What you should do: Among the entries below, take the line with "f 98 174 99" and the line with "f 17 214 213", and output them and every line between them exactly, with nothing else.

Stored data:

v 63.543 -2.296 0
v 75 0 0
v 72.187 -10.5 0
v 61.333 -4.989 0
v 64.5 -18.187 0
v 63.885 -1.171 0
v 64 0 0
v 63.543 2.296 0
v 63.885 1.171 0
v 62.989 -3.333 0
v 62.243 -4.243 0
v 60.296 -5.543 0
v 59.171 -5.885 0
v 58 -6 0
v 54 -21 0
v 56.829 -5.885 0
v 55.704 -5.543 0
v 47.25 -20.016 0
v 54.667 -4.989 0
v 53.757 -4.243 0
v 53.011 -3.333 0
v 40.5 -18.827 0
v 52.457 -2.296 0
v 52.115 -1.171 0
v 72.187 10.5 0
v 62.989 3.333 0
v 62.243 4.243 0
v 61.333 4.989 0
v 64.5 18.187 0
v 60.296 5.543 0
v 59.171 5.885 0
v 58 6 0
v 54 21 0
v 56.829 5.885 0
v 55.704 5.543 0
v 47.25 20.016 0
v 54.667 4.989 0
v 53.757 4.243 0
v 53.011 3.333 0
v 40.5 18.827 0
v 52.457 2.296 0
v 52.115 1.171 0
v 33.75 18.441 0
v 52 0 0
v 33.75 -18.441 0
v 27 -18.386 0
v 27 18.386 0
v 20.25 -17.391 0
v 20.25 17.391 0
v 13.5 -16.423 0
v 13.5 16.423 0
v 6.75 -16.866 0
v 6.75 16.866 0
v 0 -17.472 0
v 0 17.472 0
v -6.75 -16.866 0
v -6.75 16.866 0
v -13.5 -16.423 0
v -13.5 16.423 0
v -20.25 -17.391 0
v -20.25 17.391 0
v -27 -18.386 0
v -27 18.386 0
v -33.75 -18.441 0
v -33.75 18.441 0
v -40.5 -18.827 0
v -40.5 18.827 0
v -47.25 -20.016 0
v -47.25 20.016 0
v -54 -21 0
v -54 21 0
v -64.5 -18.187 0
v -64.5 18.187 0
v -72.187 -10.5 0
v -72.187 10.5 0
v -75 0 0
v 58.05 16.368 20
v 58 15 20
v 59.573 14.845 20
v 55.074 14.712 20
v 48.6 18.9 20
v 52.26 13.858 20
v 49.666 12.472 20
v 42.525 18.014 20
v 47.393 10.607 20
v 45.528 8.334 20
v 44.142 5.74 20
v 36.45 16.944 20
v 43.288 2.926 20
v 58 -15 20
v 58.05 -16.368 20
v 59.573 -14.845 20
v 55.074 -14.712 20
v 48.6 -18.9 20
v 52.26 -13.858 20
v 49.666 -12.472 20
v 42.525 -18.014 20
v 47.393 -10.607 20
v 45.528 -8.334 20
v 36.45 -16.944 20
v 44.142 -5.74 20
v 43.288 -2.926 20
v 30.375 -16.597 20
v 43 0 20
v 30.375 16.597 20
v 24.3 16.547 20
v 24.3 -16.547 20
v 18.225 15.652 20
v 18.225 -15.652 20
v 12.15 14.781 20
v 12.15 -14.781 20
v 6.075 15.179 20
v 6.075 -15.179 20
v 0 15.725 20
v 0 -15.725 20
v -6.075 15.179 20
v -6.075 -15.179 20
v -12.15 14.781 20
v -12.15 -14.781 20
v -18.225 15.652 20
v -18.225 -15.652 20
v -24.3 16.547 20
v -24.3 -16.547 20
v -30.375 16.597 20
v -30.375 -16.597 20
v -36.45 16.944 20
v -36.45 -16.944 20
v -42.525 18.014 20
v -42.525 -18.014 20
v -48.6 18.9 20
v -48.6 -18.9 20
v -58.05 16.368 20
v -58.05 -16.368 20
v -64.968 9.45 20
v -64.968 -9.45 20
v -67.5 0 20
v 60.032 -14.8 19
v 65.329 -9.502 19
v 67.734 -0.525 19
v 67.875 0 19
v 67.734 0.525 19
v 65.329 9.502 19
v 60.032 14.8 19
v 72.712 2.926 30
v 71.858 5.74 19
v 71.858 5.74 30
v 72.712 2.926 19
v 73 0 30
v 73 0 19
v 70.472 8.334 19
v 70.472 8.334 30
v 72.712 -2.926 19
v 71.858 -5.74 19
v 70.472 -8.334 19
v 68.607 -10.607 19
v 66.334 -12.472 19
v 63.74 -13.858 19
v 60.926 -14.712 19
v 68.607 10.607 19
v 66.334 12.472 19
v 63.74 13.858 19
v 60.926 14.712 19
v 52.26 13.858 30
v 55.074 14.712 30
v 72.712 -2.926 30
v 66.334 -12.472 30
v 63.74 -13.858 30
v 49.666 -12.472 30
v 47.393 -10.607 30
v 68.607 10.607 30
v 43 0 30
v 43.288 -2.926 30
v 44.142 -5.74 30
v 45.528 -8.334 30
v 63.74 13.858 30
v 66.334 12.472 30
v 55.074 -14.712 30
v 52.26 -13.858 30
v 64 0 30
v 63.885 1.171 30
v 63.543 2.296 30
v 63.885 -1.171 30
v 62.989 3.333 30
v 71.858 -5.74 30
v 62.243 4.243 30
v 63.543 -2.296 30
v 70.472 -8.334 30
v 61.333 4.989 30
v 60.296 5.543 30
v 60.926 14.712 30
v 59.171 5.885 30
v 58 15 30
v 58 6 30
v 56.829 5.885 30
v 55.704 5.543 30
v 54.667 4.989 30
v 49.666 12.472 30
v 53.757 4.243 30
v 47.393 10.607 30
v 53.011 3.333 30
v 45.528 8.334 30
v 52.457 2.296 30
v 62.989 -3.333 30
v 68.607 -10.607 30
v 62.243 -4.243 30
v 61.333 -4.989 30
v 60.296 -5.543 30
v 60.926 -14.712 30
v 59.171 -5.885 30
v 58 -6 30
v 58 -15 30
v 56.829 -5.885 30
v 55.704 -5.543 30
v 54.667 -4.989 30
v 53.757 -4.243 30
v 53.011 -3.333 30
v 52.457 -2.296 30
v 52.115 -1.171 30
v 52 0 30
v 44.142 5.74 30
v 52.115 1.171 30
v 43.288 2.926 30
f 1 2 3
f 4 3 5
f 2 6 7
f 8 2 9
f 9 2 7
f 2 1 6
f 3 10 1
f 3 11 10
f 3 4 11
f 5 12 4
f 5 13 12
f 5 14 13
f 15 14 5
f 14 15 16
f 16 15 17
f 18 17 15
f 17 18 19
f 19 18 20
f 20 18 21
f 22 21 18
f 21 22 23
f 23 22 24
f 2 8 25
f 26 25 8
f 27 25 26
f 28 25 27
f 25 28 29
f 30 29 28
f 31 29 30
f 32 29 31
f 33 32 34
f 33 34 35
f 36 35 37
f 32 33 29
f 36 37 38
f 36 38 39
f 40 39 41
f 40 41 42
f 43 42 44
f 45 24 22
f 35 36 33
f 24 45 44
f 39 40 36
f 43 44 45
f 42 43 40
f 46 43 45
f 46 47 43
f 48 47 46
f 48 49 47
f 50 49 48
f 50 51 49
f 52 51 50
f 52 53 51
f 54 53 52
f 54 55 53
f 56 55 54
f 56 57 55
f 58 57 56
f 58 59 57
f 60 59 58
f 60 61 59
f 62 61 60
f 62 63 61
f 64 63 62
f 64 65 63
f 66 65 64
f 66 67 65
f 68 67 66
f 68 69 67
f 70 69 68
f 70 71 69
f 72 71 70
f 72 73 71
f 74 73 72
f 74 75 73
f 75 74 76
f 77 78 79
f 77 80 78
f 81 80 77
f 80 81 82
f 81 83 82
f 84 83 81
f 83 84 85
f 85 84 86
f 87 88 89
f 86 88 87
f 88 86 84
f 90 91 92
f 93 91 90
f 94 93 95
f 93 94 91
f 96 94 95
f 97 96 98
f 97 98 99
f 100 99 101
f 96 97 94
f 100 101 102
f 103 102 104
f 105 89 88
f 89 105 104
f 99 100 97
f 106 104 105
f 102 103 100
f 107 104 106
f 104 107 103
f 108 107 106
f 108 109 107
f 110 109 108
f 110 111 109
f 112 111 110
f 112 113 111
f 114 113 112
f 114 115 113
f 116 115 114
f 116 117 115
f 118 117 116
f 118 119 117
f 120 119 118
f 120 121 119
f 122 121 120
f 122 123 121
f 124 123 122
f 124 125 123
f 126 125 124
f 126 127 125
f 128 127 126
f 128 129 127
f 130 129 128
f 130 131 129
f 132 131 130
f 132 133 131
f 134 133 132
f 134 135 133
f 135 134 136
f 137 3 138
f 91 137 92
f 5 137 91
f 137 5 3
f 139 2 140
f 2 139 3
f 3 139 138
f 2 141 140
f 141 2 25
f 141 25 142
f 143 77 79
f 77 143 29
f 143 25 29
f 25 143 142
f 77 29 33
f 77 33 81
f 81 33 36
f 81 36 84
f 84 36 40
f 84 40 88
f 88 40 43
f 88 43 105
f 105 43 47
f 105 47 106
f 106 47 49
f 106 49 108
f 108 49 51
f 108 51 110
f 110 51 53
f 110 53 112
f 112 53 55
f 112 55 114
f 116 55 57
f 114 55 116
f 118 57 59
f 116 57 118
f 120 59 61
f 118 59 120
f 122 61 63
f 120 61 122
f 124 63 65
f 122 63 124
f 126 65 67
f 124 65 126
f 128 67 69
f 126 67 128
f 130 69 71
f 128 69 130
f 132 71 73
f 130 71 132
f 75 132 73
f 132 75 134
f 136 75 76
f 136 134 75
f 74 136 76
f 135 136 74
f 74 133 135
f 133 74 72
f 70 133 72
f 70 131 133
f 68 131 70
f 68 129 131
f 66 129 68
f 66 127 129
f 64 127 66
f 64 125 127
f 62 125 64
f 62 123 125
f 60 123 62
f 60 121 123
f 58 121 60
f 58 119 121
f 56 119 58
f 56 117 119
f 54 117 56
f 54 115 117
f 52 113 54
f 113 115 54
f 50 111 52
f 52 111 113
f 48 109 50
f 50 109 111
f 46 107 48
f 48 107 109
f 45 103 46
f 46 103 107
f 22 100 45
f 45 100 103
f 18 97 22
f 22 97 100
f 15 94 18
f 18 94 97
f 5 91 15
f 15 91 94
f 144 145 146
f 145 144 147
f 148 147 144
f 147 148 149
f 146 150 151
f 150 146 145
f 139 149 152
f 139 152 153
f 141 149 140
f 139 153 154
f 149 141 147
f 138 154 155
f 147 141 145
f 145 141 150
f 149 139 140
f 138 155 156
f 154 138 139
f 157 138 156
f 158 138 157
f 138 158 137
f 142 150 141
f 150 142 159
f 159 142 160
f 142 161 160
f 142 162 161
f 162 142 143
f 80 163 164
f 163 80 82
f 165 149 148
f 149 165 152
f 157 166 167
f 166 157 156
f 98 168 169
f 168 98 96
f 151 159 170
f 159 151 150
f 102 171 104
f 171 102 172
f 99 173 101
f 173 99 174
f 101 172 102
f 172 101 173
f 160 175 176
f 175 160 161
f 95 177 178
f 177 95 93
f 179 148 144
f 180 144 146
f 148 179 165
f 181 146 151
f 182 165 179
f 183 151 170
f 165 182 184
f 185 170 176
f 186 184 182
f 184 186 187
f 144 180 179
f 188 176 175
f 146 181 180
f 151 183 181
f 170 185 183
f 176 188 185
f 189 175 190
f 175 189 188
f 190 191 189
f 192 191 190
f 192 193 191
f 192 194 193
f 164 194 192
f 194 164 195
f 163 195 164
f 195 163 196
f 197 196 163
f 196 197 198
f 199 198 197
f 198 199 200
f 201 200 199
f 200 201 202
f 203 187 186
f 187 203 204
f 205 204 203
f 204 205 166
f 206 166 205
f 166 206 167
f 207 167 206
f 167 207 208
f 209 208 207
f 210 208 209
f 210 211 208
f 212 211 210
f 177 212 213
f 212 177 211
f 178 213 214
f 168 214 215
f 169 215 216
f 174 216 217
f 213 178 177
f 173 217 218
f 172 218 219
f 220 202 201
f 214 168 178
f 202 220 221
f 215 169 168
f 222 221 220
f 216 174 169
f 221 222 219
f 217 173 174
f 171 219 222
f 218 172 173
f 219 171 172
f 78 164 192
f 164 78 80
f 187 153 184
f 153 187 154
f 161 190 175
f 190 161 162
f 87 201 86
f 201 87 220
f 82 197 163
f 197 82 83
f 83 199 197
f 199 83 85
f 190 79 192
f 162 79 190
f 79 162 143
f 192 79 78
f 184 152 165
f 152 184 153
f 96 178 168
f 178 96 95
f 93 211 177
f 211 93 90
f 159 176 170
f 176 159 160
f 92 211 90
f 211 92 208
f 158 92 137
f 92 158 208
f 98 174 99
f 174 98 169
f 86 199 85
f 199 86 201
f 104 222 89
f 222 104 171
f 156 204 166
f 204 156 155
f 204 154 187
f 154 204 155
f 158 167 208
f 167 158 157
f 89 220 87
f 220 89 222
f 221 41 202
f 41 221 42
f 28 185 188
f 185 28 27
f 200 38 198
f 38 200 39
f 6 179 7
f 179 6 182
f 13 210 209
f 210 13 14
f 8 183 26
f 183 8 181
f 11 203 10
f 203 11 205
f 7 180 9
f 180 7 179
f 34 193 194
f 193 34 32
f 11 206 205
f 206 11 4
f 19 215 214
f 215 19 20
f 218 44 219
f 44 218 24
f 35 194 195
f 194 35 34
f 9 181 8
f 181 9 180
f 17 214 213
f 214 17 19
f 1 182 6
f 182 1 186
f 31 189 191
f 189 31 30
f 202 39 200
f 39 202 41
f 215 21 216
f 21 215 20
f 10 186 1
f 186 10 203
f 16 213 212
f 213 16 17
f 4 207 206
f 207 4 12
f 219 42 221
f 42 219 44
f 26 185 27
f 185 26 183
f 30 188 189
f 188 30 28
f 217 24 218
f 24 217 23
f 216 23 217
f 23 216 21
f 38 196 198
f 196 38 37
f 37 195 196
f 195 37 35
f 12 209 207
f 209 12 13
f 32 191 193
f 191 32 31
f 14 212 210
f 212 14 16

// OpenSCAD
$fn = 32;

// ----------------------------------------------------------------------
// Handle: 150 x 42 mm grip, 20 mm thick
// ----------------------------------------------------------------------

// --- parameters (mm) ---
length = 150;             // grip length
width = 42;               // grip width
thickness = 20;           // grip thickness
waist = 0.8;              // width factor at the middle
draft = 0.9;              // top face scale of the extrusion
scallops = 4;             // finger rests per side
ripple = 0.04;            // depth factor of the finger rests
boss_d = 30;              // mounting boss diameter
boss_h = 10;              // mounting boss height
boss_hole_d = 12;         // screw clearance through the boss
boss_r = 58;              // boss centre from the grip centre

/* ergonomic grip outline, closed spline-like polygon in the XY plane */
grip = [[-54, 21], [-47.25, 20.016], [-40.5, 18.827], [-33.75, 18.441], [-27, 18.386], [-20.25, 17.391], [-13.5, 16.423], [-6.75, 16.866], [0, 17.472], [6.75, 16.866], [13.5, 16.423], [20.25, 17.391], [27, 18.386], [33.75, 18.441], [40.5, 18.827], [47.25, 20.016], [54, 21], [64.5, 18.187], [72.187, 10.5], [75, 0], [72.187, -10.5], [64.5, -18.187], [54, -21], [54, -21], [47.25, -20.016], [40.5, -18.827], [33.75, -18.441], [27, -18.386], [20.25, -17.391], [13.5, -16.423], [6.75, -16.866], [0, -17.472], [-6.75, -16.866], [-13.5, -16.423], [-20.25, -17.391], [-27, -18.386], [-33.75, -18.441], [-40.5, -18.827], [-47.25, -20.016], [-54, -21], [-64.5, -18.187], [-72.187, -10.5], [-75, 0], [-72.187, 10.5], [-64.5, 18.187], [-54, 21]];

module grip_body() {
  linear_extrude(height = thickness, scale = draft) polygon(grip);
}

module boss_body() {
  /* sunk 1 mm into the grip so the joint overlaps */
  translate([boss_r, 0, thickness - 1]) cylinder(h = boss_h + 1, d = boss_d);
}

difference() {
  union() {
    grip_body();
    boss_body();
  }
  translate([boss_r, 0, -1]) cylinder(h = thickness + boss_h + 2, d = boss_hole_d);
}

Answer section:
f 98 174 99
f 174 98 169
f 86 199 85
f 199 86 201
f 104 222 89
f 222 104 171
f 156 204 166
f 204 156 155
f 204 154 187
f 154 204 155
f 158 167 208
f 167 158 157
f 89 220 87
f 220 89 222
f 221 41 202
f 41 221 42
f 28 185 188
f 185 28 27
f 200 38 198
f 38 200 39
f 6 179 7
f 179 6 182
f 13 210 209
f 210 13 14
f 8 183 26
f 183 8 181
f 11 203 10
f 203 11 205
f 7 180 9
f 180 7 179
f 34 193 194
f 193 34 32
f 11 206 205
f 206 11 4
f 19 215 214
f 215 19 20
f 218 44 219
f 44 218 24
f 35 194 195
f 194 35 34
f 9 181 8
f 181 9 180
f 17 214 213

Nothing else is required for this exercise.